我正在尝试将baseline模型应用到我的数据集上,但是数据集是不平衡的,只有11%的数据属于positive这一类。我没有抽样就分割了数据,阳性记录的召回率很低。我想在不平衡测试数据的情况下平衡训练数据(0.5 - 0.5阳性)。有人知道怎么做吗?
#splitting train and test data
train,test = train_test_split(coupon,test_size = 0.3,random_state = 100)
##separating dependent and independent variables
cols = [i for i in coupon.columns if i not in target_col]
train_X = train[cols]
train_Y = train[target_col]
test_X = test[cols]
test_Y = test[target_col]
#Function attributes
#dataframe - processed dataframe
#Algorithm - Algorithm used
#training_x - predictor variables dataframe(training)
#testing_x - predictor variables dataframe(testing)
#training_y - target variable(training)
#training_y - target variable(testing)
#cf - ["coefficients","features"](cooefficients for logistic
#regression,features for tree based models)
#threshold_plot - if True returns threshold plot for model
def coupon_use_prediction(algorithm,training_x,testing_x,
training_y,testing_y,cols,cf,threshold_plot) :
#model
algorithm.fit(training_x,training_y)
predictions = algorithm.predict(testing_x)
probabilities = algorithm.predict_proba(testing_x)
#coeffs
if cf == "coefficients" :
coefficients = pd.DataFrame(algorithm.coef_.ravel())
elif cf == "features" :
coefficients = pd.DataFrame(algorithm.feature_importances_)
column_df = pd.DataFrame(cols)
coef_sumry = (pd.merge(coefficients,column_df,left_index= True,
right_index= True, how = "left"))
coef_sumry.columns = ["coefficients","features"]
coef_sumry = coef_sumry.sort_values(by = "coefficients",ascending = False)
print (algorithm)
print ("\n Classification report : \n",classification_report(testing_y,predictions))
print ("Accuracy Score : ",accuracy_score(testing_y,predictions))
问题来源StackOverflow 地址:/questions/59465731/how-to-balance-training-set-in-python
您必须平衡数据的方式:上采样或下采样。
向上采样:重复处理代表性不足的数据。
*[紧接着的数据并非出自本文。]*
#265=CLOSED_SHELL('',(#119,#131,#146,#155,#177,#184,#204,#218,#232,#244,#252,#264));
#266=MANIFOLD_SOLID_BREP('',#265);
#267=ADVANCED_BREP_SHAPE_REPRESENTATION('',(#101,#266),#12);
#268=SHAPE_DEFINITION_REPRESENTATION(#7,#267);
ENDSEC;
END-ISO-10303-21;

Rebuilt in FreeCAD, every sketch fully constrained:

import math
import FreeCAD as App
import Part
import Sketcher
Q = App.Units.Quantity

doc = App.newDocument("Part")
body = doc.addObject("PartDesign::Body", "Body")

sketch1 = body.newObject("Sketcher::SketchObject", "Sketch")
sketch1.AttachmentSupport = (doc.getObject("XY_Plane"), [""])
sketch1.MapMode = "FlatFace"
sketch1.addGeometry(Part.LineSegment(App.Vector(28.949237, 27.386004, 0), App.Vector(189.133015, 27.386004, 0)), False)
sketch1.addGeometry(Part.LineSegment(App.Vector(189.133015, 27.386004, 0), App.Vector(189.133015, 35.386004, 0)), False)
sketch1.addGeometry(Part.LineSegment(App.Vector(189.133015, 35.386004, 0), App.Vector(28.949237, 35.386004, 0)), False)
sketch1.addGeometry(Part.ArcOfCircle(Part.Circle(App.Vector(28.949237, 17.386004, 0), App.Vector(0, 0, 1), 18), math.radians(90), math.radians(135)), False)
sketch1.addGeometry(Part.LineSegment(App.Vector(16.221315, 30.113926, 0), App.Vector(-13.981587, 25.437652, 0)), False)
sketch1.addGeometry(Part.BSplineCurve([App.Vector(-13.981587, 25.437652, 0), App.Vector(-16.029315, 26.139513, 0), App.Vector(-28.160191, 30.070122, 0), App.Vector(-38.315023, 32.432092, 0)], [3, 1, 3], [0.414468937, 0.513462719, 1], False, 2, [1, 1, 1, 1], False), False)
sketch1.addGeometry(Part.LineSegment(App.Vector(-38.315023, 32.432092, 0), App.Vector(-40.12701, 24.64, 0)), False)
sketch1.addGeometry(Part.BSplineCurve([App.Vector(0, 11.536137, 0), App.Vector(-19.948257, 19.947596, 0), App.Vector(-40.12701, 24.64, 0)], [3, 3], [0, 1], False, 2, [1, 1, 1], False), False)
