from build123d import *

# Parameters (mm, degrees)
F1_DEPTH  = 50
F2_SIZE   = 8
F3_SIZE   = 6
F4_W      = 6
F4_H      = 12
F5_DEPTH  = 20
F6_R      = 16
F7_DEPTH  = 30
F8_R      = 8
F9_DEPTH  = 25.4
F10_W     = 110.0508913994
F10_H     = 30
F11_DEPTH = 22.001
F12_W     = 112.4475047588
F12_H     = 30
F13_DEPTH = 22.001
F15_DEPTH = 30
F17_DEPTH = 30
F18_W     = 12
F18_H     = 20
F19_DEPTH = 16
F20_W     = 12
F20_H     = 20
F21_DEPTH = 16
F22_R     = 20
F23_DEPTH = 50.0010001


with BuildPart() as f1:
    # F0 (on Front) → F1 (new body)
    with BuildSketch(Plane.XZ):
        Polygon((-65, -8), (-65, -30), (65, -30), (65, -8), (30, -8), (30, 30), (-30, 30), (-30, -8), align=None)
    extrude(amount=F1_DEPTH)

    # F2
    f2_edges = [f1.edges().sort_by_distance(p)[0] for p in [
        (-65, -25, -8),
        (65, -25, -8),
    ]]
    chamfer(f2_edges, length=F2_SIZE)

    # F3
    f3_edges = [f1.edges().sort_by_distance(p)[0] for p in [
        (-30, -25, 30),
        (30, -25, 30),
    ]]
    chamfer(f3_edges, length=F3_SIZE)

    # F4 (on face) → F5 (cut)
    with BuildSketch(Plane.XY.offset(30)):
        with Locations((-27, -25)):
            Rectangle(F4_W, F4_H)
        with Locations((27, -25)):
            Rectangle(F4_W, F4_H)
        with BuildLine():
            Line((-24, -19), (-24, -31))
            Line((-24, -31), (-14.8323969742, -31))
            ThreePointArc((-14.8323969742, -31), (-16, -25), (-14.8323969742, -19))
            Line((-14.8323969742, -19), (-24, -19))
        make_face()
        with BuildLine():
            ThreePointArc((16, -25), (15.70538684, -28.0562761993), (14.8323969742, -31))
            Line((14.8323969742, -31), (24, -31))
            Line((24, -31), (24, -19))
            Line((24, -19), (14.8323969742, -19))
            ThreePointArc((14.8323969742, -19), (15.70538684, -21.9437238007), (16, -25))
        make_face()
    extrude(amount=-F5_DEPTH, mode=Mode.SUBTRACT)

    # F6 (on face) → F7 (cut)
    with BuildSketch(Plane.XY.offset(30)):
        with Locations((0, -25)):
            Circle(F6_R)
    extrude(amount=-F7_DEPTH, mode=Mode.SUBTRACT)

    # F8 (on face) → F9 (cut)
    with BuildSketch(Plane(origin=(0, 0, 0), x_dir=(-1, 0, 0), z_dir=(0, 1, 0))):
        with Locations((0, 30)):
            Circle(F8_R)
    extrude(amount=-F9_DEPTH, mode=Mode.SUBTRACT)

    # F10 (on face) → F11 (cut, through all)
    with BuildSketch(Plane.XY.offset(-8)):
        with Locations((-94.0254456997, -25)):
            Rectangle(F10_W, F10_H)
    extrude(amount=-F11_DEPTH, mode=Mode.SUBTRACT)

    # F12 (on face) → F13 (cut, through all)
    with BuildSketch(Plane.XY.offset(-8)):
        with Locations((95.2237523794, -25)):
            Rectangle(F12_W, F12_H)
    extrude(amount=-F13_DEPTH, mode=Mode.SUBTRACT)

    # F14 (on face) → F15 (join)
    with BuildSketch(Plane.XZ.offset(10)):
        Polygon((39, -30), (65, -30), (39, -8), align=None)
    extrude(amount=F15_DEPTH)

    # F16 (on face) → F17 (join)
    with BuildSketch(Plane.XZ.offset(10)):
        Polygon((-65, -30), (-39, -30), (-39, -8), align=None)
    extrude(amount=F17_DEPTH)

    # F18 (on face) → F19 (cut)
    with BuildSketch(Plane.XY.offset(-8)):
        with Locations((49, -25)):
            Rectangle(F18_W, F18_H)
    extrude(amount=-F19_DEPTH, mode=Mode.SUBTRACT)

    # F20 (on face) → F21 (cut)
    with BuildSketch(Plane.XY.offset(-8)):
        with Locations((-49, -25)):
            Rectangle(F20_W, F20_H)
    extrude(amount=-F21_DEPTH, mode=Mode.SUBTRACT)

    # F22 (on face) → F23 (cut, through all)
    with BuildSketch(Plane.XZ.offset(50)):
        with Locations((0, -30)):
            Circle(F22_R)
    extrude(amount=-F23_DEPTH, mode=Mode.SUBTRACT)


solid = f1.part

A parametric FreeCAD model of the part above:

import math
import FreeCAD as App
import Part
import Sketcher
from FreeCAD import Vector
Q = App.Units.Quantity


def edges_at(feature, points):
    """Names of the edges that pass closest to the given points."""
    edges = feature.Shape.Edges
    near = lambda p: min(range(len(edges)), key=lambda i: edges[i].distToShape(Part.Vertex(*p))[0])
    return sorted({f"Edge{near(p) + 1}" for p in points})

doc = App.newDocument("Part")
body = doc.addObject("PartDesign::Body", "Body")

# Sketch on XZ plane
sketch1 = body.newObject("Sketcher::SketchObject", "Sketch")
sketch1.AttachmentSupport = (doc.getObject("XZ_Plane"), [""])
sketch1.MapMode = "FlatFace"
sketch1.addGeometry(Part.LineSegment(Vector(-65, -8, 0), Vector(-65, -30, 0)), False)
sketch1.addGeometry(Part.LineSegment(Vector(-65, -30, 0), Vector(65, -30, 0)), False)
sketch1.addGeometry(Part.LineSegment(Vector(65, -30, 0), Vector(65, -8, 0)), False)
sketch1.addGeometry(Part.LineSegment(Vector(65, -8, 0), Vector(30, -8, 0)), False)
sketch1.addGeometry(Part.LineSegment(Vector(30, -8, 0), Vector(30, 30, 0)), False)
sketch1.addGeometry(Part.LineSegment(Vector(30, 30, 0), Vector(-30, 30, 0)), False)
sketch1.addGeometry(Part.LineSegment(Vector(-30, 30, 0), Vector(-30, -8, 0)), False)
sketch1.addGeometry(Part.LineSegment(Vector(-30, -8, 0), Vector(-65, -8, 0)), False)
sketch1.addConstraint(Sketcher.Constraint("Coincident", 0, 2, 1, 1))
sketch1.addConstraint(Sketcher.Constraint("Coincident", 1, 2, 2, 1))
sketch1.addConstraint(Sketcher.Constraint("Coincident", 2, 2, 3, 1))
sketch1.addConstraint(Sketcher.Constraint("Coincident", 3, 2, 4, 1))
sketch1.addConstraint(Sketcher.Constraint("Coincident", 4, 2, 5, 1))
sketch1.addConstraint(Sketcher.Constraint("Coincident", 5, 2, 6, 1))
sketch1.addConstraint(Sketcher.Constraint("Coincident", 6, 2, 7, 1))
sketch1.addConstraint(Sketcher.Constraint("Coincident", 7, 2, 0, 1))
sketch1.addConstraint(Sketcher.Constraint("Vertical", 0))
sketch1.addConstraint(Sketcher.Constraint("Horizontal", 1))
sketch1.addConstraint(Sketcher.Constraint("Vertical", 2))
sketch1.addConstraint(Sketcher.Constraint("Horizontal", 3))
sketch1.addConstraint(Sketcher.Constraint("Vertical", 4))
sketch1.addConstraint(Sketcher.Constraint("Horizontal", 5))
sketch1.addConstraint(Sketcher.Constraint("Vertical", 6))
sketch1.addConstraint(Sketcher.Constraint("Horizontal", 7))
sketch1.addConstraint(Sketcher.Constraint("Symmetric", 3, 2, 6, 2, -2))
sketch1.addConstraint(Sketcher.Constraint("Equal", 3, 7))
sketch1.addConstraint(Sketcher.Constraint("DistanceX", 1, 1, 1, 2, Q("130 mm")))
sketch1.addConstraint(Sketcher.Constraint("DistanceX", 3, 2, 3, 1, Q("35 mm")))
sketch1.addConstraint(Sketcher.Constraint("DistanceY", 0, 2, 0, 1, Q("22 mm")))
sketch1.addConstraint(Sketcher.Constraint("DistanceY", 4, 1, 4, 2, Q("38 mm")))
sketch1.addConstraint(Sketcher.Constraint("DistanceY", 0, 2, -1, 1, Q("30 mm")))
pad1 = body.newObject("PartDesign::Pad", "Pad")
pad1.Profile = sketch1
pad1.Length = 50
doc.recompute()

chamfer = body.newObject("PartDesign::Chamfer", "Chamfer")
chamfer.Base = (pad1, edges_at(pad1, [(-65, -25, -8), (65, -25, -8)]))
chamfer.Size = 8
doc.recompute()

chamfer2 = body.newObject("PartDesign::Chamfer", "Chamfer001")
chamfer2.Base = (chamfer, edges_at(chamfer, [(-30, -25, 30), (30, -25, 30)]))
chamfer2.Size = 6

# Sketch on XY plane
sketch2 = body.newObject("Sketcher::SketchObject", "Sketch001")
sketch2.AttachmentSupport = (doc.getObject("XY_Plane"), [""])
sketch2.MapMode = "FlatFace"
sketch2.AttachmentOffset = App.Placement(Vector(0, 0, 30), App.Rotation())
sketch2.addGeometry(Part.LineSegment(Vector(-30, -19, 0), Vector(-30, -31, 0)), False)
sketch2.addGeometry(Part.LineSegment(Vector(-30, -31, 0), Vector(-14.832397, -31, 0)), False)
sketch2.addGeometry(Part.ArcOfCircle(Part.Circle(Vector(0, -25, 0), Vector(0, 0, 1), 16), math.radians(157.975687), math.radians(202.024313)), False)
sketch2.addGeometry(Part.LineSegment(Vector(-14.832397, -19, 0), Vector(-30, -19, 0)), False)
sketch2.addGeometry(Part.LineSegment(Vector(30, -31, 0), Vector(30, -19, 0)), False)
sketch2.addGeometry(Part.LineSegment(Vector(30, -19, 0), Vector(14.832397, -19, 0)), False)
sketch2.addGeometry(Part.ArcOfCircle(Part.Circle(Vector(0, -25, 0), Vector(0, 0, 1), 16), math.radians(0), math.radians(22.024313)), False)
sketch2.addGeometry(Part.ArcOfCircle(Part.Circle(Vector(0, -25, 0), Vector(0, 0, 1), 16), math.radians(-22.024313), math.radians(0)), False)
sketch2.addGeometry(Part.LineSegment(Vector(14.832397, -31, 0), Vector(30, -31, 0)), False)
sketch2.addConstraint(Sketcher.Constraint("Coincident", 0, 2, 1, 1))
sketch2.addConstraint(Sketcher.Constraint("Coincident", 1, 2, 2, 2))
sketch2.addConstraint(Sketcher.Constraint("Coincident", 2, 1, 3, 1))
sketch2.addConstraint(Sketcher.Constraint("Coincident", 3, 2, 0, 1))
sketch2.addConstraint(Sketcher.Constraint("Coincident", 4, 2, 5, 1))
sketch2.addConstraint(Sketcher.Constraint("Coincident", 5, 2, 6, 2))
sketch2.addConstraint(Sketcher.Constraint("Tangent", 6, 1, 7, 2))
sketch2.addConstraint(Sketcher.Constraint("Coincident", 7, 1, 8, 1))
sketch2.addConstraint(Sketcher.Constraint("Coincident", 8, 2, 4, 1))
sketch2.addConstraint(Sketcher.Constraint("Vertical", 0))
sketch2.addConstraint(Sketcher.Constraint("Horizontal", 1))
sketch2.addConstraint(Sketcher.Constraint("Horizontal", 3))
sketch2.addConstraint(Sketcher.Constraint("Vertical", 4))
sketch2.addConstraint(Sketcher.Constraint("Horizontal", 5))
sketch2.addConstraint(Sketcher.Constraint("Horizontal", 8))
sketch2.addConstraint(Sketcher.Constraint("Coincident", 6, 3, 2, 3))
sketch2.addConstraint(Sketcher.Constraint("Equal", 2, 6))
sketch2.addConstraint(Sketcher.Constraint("Equal", 6, 7))
sketch2.addConstraint(Sketcher.Constraint("Symmetric", 3, 2, 4, 2, -2))
sketch2.addConstraint(Sketcher.Constraint("Symmetric", 1, 2, 7, 1, -2))
sketch2.addConstraint(Sketcher.Constraint("Horizontal", 7, 3, 6, 1))
sketch2.addConstraint(Sketcher.Constraint("Vertical", 1, 2, 2, 1))
sketch2.addConstraint(Sketcher.Constraint("Radius", 2, Q("16 mm")))
sketch2.addConstraint(Sketcher.Constraint("DistanceY", 0, 2, 0, 1, Q("12 mm")))
sketch2.addConstraint(Sketcher.Constraint("DistanceY", 2, 3, -1, 1, Q("25 mm")))
sketch2.addConstraint(Sketcher.Constraint("DistanceX", 0, 2, -1, 1, Q("30 mm")))
pocket1 = body.newObject("PartDesign::Pocket", "Pocket")
pocket1.Profile = sketch2
pocket1.Length = 20

# Sketch on XY plane
sketch3 = body.newObject("Sketcher::SketchObject", "Sketch002")
sketch3.AttachmentSupport = (doc.getObject("XY_Plane"), [""])
sketch3.MapMode = "FlatFace"
sketch3.AttachmentOffset = App.Placement(Vector(0, 0, 30), App.Rotation())
sketch3.addGeometry(Part.Circle(Vector(0, -25, 0), Vector(0, 0, 1), 16), False)
sketch3.addConstraint(Sketcher.Constraint("PointOnObject", 0, 3, -2))
sketch3.addConstraint(Sketcher.Constraint("Diameter", 0, Q("32 mm")))
sketch3.addConstraint(Sketcher.Constraint("DistanceY", 0, 3, -1, 1, Q("25 mm")))
pocket2 = body.newObject("PartDesign::Pocket", "Pocket001")
pocket2.Profile = sketch3
pocket2.Length = 30

# Sketch on XZ plane
sketch4 = body.newObject("Sketcher::SketchObject", "Sketch003")
sketch4.AttachmentSupport = (doc.getObject("XZ_Plane"), [""])
sketch4.MapMode = "FlatFace"
sketch4.addGeometry(Part.Circle(Vector(0, 30, 0), Vector(0, 0, 1), 8), False)
sketch4.addConstraint(Sketcher.Constraint("PointOnObject", 0, 3, -2))
sketch4.addConstraint(Sketcher.Constraint("Diameter", 0, Q("16 mm")))
sketch4.addConstraint(Sketcher.Constraint("DistanceY", -1, 1, 0, 3, Q("30 mm")))
pocket3 = body.newObject("PartDesign::Pocket", "Pocket002")
pocket3.Profile = sketch4
pocket3.Length = 25.4
pocket3.Reversed = True

# Sketch on XY plane
sketch5 = body.newObject("Sketcher::SketchObject", "Sketch004")
sketch5.AttachmentSupport = (doc.getObject("XY_Plane"), [""])
sketch5.MapMode = "FlatFace"
sketch5.AttachmentOffset = App.Placement(Vector(0, 0, -8), App.Rotation())
sketch5.addGeometry(Part.LineSegment(Vector(-149.050891, -10, 0), Vector(-149.050891, -40, 0)), False)
sketch5.addGeometry(Part.LineSegment(Vector(-149.050891, -40, 0), Vector(-39, -40, 0)), False)
sketch5.addGeometry(Part.LineSegment(Vector(-39, -40, 0), Vector(-39, -10, 0)), False)
sketch5.addGeometry(Part.LineSegment(Vector(-39, -10, 0), Vector(-149.050891, -10, 0)), False)
sketch5.addConstraint(Sketcher.Constraint("Coincident", 0, 2, 1, 1))
sketch5.addConstraint(Sketcher.Constraint("Coincident", 1, 2, 2, 1))
sketch5.addConstraint(Sketcher.Constraint("Coincident", 2, 2, 3, 1))
sketch5.addConstraint(Sketcher.Constraint("Coincident", 3, 2, 0, 1))
sketch5.addConstraint(Sketcher.Constraint("Vertical", 0))
sketch5.addConstraint(Sketcher.Constraint("Horizontal", 1))
sketch5.addConstraint(Sketcher.Constraint("Vertical", 2))
sketch5.addConstraint(Sketcher.Constraint("Horizontal", 3))
sketch5.addConstraint(Sketcher.Constraint("DistanceY", 0, 2, 0, 1, Q("30 mm")))
sketch5.addConstraint(Sketcher.Constraint("DistanceY", 0, 2, -1, 1, Q("40 mm")))
sketch5.addConstraint(Sketcher.Constraint("DistanceX", 1, 2, -1, 1, Q("39 mm")))
sketch5.addConstraint(Sketcher.Constraint("DistanceX", 1, 1, 1, 2, Q("110.050891 mm")))
pocket4 = body.newObject("PartDesign::Pocket", "Pocket003")
pocket4.Profile = sketch5
pocket4.Type = "ThroughAll"

# Sketch on XY plane
sketch6 = body.newObject("Sketcher::SketchObject", "Sketch005")
sketch6.AttachmentSupport = (doc.getObject("XY_Plane"), [""])
sketch6.MapMode = "FlatFace"
sketch6.AttachmentOffset = App.Placement(Vector(0, 0, -8), App.Rotation())
sketch6.addGeometry(Part.LineSegment(Vector(39, -10, 0), Vector(39, -40, 0)), False)
sketch6.addGeometry(Part.LineSegment(Vector(39, -40, 0), Vector(151.447505, -40, 0)), False)
sketch6.addGeometry(Part.LineSegment(Vector(151.447505, -40, 0), Vector(151.447505, -10, 0)), False)
sketch6.addGeometry(Part.LineSegment(Vector(151.447505, -10, 0), Vector(39, -10, 0)), False)
sketch6.addConstraint(Sketcher.Constraint("Coincident", 0, 2, 1, 1))
sketch6.addConstraint(Sketcher.Constraint("Coincident", 1, 2, 2, 1))
sketch6.addConstraint(Sketcher.Constraint("Coincident", 2, 2, 3, 1))
sketch6.addConstraint(Sketcher.Constraint("Coincident", 3, 2, 0, 1))
sketch6.addConstraint(Sketcher.Constraint("Vertical", 0))
sketch6.addConstraint(Sketcher.Constraint("Horizontal", 1))
sketch6.addConstraint(Sketcher.Constraint("Vertical", 2))
sketch6.addConstraint(Sketcher.Constraint("Horizontal", 3))
sketch6.addConstraint(Sketcher.Constraint("DistanceY", 0, 2, 0, 1, Q("30 mm")))
sketch6.addConstraint(Sketcher.Constraint("DistanceX", -1, 1, 0, 2, Q("39 mm")))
下采样:采样过多的数据。
对于上采样,这非常容易。对于下采样,您可以使用sklearn.utils.resample并提供要获取的样本数量。
请注意,正如@ paritosh-singh所述,更改发行版可能不是唯一的解决方案。有机器学习算法可以:-支持不平衡数据-已经具有内置的加权选项来考虑数据分布
版权声明:本文内容由阿里云实名注册用户自发贡献,版权归原作者所有,阿里云开发者社区不拥有其著作权,亦不承担相应法律责任。具体规则请查看《阿里云开发者社区用户服务协议》和《阿里云开发者社区知识产权保护指引》。如果您发现本社区中有涉嫌抄袭的内容,填写侵权投诉表单进行举报,一经查实,本社区将立刻删除涉嫌侵权内容。